Subsequent to the filing of Debtor's Motion, Debtor and the Chapter 13 Trustee entered into a Stipulation of Debtor and Chapter 13 Trustee Regarding Motion to Modify under which the parties stipulated that if the Court approved Debtor's Motion allowing surrender of the Vehicle with any deficiency balance remaining as an unsecured claim, the plan payment would be reduced to $220 beginning in September 2015 with the amount guaranteed to be paid to unsecured creditors to remain at $5,278.20. [Doc. 49]. The Stipulation further provided that if the “Court ruled in favor of the AAF with respect to the surrender issue, the required plan payment would need to be determined based upon certain facts unknown at this time”.
Discussion
A. Does the law allow the Debtor's proposed surrender of collateral and modification of a confirmed Chapter 13 Plan?
The above question seems straightforward. Despite the seeming simplicity, a review of case law indicates that a great many issues may be implicated. These issues have generated one of the great debates in Chapter 13 law, and have created a distinct split in the decisional law.
The issue was raised in this District in In re Wilcox, 295 B.R. 155 (Bankr.W.D.Okla.2003). There Judge Niles Jackson held that a Chapter 13 debtor could not modify a confirmed plan to provide for surrender of a motor vehicle securing the creditor's claim in full satisfaction of its secured claim.

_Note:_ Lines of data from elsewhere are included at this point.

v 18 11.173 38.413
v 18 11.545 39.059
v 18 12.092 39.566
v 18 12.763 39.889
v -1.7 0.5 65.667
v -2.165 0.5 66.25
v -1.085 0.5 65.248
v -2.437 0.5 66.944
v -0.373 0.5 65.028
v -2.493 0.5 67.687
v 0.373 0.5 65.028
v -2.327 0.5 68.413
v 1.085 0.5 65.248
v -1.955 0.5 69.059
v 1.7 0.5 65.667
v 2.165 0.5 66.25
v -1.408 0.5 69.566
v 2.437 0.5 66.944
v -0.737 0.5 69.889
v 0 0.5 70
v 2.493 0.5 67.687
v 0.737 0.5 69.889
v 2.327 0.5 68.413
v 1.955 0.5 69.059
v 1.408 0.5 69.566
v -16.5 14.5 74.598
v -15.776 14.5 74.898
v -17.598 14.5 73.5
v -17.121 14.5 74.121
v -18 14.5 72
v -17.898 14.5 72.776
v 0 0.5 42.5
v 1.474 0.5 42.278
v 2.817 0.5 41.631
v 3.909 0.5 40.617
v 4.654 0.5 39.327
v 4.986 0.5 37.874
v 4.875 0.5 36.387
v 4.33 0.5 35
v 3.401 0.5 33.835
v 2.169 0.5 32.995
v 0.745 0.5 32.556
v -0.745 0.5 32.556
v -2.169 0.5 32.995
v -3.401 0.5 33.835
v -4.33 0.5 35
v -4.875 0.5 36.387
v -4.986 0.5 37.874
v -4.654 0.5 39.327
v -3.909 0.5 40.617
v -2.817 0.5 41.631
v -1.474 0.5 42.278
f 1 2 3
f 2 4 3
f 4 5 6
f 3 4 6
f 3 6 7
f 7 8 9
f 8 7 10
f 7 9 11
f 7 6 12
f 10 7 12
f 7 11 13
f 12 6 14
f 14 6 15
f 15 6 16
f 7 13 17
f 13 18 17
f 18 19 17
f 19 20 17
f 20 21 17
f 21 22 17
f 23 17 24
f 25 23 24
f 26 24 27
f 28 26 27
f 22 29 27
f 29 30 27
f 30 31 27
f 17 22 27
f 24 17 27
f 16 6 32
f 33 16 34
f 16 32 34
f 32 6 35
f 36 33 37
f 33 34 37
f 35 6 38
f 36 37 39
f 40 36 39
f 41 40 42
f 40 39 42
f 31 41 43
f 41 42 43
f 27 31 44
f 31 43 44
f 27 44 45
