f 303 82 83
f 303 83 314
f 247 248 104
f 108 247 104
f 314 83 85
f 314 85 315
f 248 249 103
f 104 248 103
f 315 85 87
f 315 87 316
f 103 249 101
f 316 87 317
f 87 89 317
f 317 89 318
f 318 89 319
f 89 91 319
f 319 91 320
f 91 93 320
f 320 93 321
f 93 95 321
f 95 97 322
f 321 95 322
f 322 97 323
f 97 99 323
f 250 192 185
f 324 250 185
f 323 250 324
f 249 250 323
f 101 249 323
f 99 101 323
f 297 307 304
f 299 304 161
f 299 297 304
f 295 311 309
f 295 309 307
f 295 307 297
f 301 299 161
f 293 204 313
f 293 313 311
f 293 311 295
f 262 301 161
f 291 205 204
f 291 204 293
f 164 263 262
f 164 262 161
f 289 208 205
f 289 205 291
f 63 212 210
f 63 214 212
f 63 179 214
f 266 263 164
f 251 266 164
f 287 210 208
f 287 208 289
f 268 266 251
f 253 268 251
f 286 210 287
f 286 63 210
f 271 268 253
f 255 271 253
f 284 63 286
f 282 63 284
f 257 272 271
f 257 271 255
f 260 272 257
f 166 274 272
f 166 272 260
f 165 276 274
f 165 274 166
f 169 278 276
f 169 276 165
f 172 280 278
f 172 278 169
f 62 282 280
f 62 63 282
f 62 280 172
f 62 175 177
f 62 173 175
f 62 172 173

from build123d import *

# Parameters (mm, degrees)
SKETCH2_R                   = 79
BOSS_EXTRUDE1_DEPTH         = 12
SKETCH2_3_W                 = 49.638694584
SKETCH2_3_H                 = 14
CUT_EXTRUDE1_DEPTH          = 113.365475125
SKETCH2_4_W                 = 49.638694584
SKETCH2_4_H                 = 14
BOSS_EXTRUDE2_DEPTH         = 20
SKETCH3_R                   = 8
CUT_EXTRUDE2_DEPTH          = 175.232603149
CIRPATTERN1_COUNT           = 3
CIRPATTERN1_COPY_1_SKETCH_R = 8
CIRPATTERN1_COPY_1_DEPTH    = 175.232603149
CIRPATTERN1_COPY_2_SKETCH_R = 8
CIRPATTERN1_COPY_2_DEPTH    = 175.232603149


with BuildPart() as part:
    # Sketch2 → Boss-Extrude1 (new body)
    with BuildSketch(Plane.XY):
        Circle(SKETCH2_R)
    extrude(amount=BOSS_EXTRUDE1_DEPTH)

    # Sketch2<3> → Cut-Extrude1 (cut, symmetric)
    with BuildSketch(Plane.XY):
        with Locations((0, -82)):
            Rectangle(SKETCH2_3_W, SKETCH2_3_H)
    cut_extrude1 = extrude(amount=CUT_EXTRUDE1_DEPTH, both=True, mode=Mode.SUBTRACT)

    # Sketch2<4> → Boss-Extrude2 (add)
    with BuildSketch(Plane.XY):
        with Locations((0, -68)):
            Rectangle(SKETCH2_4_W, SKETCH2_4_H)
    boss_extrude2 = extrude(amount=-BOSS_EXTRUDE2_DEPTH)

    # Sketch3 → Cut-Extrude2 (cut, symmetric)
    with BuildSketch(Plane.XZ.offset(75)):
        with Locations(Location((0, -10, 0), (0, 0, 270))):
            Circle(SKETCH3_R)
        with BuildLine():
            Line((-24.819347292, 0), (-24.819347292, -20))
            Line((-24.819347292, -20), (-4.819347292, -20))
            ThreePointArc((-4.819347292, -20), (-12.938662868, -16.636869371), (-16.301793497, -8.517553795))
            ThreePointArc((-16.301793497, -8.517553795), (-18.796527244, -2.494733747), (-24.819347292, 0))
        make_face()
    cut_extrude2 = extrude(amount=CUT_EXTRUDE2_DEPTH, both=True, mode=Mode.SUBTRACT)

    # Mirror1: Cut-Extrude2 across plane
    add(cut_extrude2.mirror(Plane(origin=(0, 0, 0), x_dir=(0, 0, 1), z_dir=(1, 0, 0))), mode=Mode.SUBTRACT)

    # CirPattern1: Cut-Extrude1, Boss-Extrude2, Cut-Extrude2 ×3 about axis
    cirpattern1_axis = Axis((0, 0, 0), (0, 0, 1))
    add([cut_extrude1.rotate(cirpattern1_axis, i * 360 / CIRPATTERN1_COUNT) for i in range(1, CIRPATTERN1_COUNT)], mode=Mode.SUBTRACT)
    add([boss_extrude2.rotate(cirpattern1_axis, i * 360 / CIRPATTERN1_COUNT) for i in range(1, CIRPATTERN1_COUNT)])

Judge Jackson recognized that logic may allow a debtor to modify a plan by surrendering a vehicle, but concluded that “accordingly, logic-however convincing—does not trump the letter of the law. This Court finds more legally convincing the reasoning of the Sixth Circuit Court of Appeals in Nolan, 232 F.3d 528 (6th Cir.2000).” 295 B.R. at 157.
Here, unlike in Wilcox, Debtor does not propose modification by surrendering the Vehicle in full satisfaction of the debt; rather, Debtor proposes surrender and payment of any resulting deficiency as an unsecured claim.
In re Nolan , relied upon by Wilcox , is the seminal opinion, and so far the only opinion of a Court of Appeals , holding:
The Sixth Circuit Court of Appeals, over a strong dissent, affirmed Nolan in In re Adkins, 425 F.3d 296 (6th Cir.2005).
“A debtor cannot modify a plan under section 1329(a) by: 1) surrendering the collateral to a creditor; 2) having the creditor sell the collateral and apply the
proceeds toward the claim; and 3) having any deficiency classified as an unsecured claim. Section 1329(a) only permits modification of the amount and timing of payments, not the total amount of the claim. This principle holds true as to the portion of a claim that is secured, where the claim is partially instead of fully secured.”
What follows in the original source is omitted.